What needs to be done:
Only one stretch of the data is wanted: the line containing "f 378 556 555", the line containing "f 258 214 284", and every line between them, copied exactly.

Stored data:

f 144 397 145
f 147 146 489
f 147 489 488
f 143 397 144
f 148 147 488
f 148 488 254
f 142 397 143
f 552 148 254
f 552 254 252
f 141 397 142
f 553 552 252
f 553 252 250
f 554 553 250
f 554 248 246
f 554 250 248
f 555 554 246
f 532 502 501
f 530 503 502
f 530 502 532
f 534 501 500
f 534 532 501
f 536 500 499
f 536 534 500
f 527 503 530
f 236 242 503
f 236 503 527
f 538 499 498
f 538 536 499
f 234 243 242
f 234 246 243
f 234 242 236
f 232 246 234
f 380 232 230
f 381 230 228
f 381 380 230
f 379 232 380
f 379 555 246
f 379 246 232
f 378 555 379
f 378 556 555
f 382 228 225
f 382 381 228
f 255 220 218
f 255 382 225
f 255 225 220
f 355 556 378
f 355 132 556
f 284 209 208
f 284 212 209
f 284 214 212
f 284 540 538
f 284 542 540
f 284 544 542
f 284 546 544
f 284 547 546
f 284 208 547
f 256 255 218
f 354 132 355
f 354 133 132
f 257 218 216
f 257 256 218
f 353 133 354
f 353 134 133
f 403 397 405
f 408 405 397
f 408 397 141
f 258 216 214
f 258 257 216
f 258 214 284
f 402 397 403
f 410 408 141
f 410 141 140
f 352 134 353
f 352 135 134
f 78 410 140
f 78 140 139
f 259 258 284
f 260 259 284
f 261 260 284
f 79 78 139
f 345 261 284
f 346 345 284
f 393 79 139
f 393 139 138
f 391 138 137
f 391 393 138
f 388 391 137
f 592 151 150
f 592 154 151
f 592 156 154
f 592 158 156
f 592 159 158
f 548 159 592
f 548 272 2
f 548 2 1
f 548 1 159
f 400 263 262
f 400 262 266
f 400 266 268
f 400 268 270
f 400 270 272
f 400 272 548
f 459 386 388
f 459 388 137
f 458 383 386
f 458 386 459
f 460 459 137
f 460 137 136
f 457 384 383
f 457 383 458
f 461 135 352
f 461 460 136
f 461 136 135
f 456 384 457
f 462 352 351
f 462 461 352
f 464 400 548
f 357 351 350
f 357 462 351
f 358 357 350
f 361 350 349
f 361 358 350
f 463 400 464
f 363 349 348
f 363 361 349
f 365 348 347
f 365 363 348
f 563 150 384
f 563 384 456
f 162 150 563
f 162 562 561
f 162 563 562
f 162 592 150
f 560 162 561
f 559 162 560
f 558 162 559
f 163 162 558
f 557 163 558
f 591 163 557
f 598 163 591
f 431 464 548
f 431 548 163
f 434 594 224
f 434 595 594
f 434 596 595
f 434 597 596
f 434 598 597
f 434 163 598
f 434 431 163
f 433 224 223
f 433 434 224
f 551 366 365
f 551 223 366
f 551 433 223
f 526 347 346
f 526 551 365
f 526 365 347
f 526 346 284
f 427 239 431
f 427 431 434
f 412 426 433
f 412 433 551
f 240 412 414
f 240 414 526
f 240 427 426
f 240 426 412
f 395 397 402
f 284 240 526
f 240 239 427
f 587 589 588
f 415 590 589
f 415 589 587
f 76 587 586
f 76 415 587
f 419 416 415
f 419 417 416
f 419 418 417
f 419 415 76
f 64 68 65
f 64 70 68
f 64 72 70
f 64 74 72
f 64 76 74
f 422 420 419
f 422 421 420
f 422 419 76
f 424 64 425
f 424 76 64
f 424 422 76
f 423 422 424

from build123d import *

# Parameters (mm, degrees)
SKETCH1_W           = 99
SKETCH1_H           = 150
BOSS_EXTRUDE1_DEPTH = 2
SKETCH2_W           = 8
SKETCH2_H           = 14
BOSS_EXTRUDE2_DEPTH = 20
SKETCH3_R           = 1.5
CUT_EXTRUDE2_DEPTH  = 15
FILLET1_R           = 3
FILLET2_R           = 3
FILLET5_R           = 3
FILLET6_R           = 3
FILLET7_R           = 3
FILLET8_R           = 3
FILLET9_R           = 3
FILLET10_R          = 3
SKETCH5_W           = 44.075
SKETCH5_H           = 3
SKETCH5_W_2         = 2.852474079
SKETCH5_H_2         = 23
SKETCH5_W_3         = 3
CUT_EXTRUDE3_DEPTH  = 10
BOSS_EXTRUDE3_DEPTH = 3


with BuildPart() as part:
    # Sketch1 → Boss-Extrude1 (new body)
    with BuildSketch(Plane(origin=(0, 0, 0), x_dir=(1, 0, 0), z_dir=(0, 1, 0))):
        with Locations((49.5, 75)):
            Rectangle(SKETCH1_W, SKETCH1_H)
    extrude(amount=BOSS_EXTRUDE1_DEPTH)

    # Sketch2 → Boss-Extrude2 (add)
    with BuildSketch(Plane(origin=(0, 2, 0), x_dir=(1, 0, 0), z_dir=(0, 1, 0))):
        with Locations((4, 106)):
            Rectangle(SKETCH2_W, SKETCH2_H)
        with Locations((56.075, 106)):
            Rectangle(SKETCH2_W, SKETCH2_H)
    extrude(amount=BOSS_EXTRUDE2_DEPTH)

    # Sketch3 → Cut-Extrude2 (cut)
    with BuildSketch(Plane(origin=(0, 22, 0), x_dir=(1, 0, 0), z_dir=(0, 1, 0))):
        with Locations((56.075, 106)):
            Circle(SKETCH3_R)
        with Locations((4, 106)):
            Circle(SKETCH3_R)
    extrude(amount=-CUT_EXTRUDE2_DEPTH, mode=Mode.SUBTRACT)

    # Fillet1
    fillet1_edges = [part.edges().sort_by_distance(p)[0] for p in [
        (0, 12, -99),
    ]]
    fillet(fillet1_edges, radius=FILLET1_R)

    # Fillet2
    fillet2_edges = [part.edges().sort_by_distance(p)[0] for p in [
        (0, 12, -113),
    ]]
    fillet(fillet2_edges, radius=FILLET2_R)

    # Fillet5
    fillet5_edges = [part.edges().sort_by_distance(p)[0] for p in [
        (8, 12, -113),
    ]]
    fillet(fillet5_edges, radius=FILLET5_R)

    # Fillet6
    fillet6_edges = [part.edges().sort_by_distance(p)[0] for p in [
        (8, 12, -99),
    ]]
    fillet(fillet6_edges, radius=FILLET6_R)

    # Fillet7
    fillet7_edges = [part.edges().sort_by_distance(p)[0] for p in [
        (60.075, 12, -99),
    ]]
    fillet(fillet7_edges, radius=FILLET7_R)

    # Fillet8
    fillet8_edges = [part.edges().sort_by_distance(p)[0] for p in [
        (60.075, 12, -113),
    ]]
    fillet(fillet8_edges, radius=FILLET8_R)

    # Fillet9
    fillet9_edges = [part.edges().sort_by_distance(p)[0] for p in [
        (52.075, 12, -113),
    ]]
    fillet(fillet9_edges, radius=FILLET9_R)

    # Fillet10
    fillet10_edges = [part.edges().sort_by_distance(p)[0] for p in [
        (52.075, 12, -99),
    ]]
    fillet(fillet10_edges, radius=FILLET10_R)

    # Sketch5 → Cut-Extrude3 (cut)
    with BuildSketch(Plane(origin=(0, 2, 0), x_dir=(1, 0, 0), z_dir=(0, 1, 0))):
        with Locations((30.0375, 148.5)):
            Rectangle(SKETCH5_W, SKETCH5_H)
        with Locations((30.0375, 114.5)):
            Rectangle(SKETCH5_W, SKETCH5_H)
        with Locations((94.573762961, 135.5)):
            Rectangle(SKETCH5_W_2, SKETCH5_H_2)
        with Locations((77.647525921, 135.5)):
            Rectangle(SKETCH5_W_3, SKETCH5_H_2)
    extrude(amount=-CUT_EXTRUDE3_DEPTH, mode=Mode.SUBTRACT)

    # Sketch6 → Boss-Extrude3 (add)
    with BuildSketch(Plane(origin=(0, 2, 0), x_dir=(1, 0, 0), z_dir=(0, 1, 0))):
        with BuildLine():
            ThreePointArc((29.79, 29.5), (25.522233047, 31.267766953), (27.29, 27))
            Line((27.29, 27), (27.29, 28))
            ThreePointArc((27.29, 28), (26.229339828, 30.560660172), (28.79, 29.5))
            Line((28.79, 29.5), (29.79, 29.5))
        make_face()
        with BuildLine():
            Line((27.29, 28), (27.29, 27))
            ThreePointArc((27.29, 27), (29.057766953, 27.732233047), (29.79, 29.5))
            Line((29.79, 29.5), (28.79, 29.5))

Response for this exercise:
f 378 556 555
f 382 228 225
f 382 381 228
f 255 220 218
f 255 382 225
f 255 225 220
f 355 556 378
f 355 132 556
f 284 209 208
f 284 212 209
f 284 214 212
f 284 540 538
f 284 542 540
f 284 544 542
f 284 546 544
f 284 547 546
f 284 208 547
f 256 255 218
f 354 132 355
f 354 133 132
f 257 218 216
f 257 256 218
f 353 133 354
f 353 134 133
f 403 397 405
f 408 405 397
f 408 397 141
f 258 216 214
f 258 257 216
f 258 214 284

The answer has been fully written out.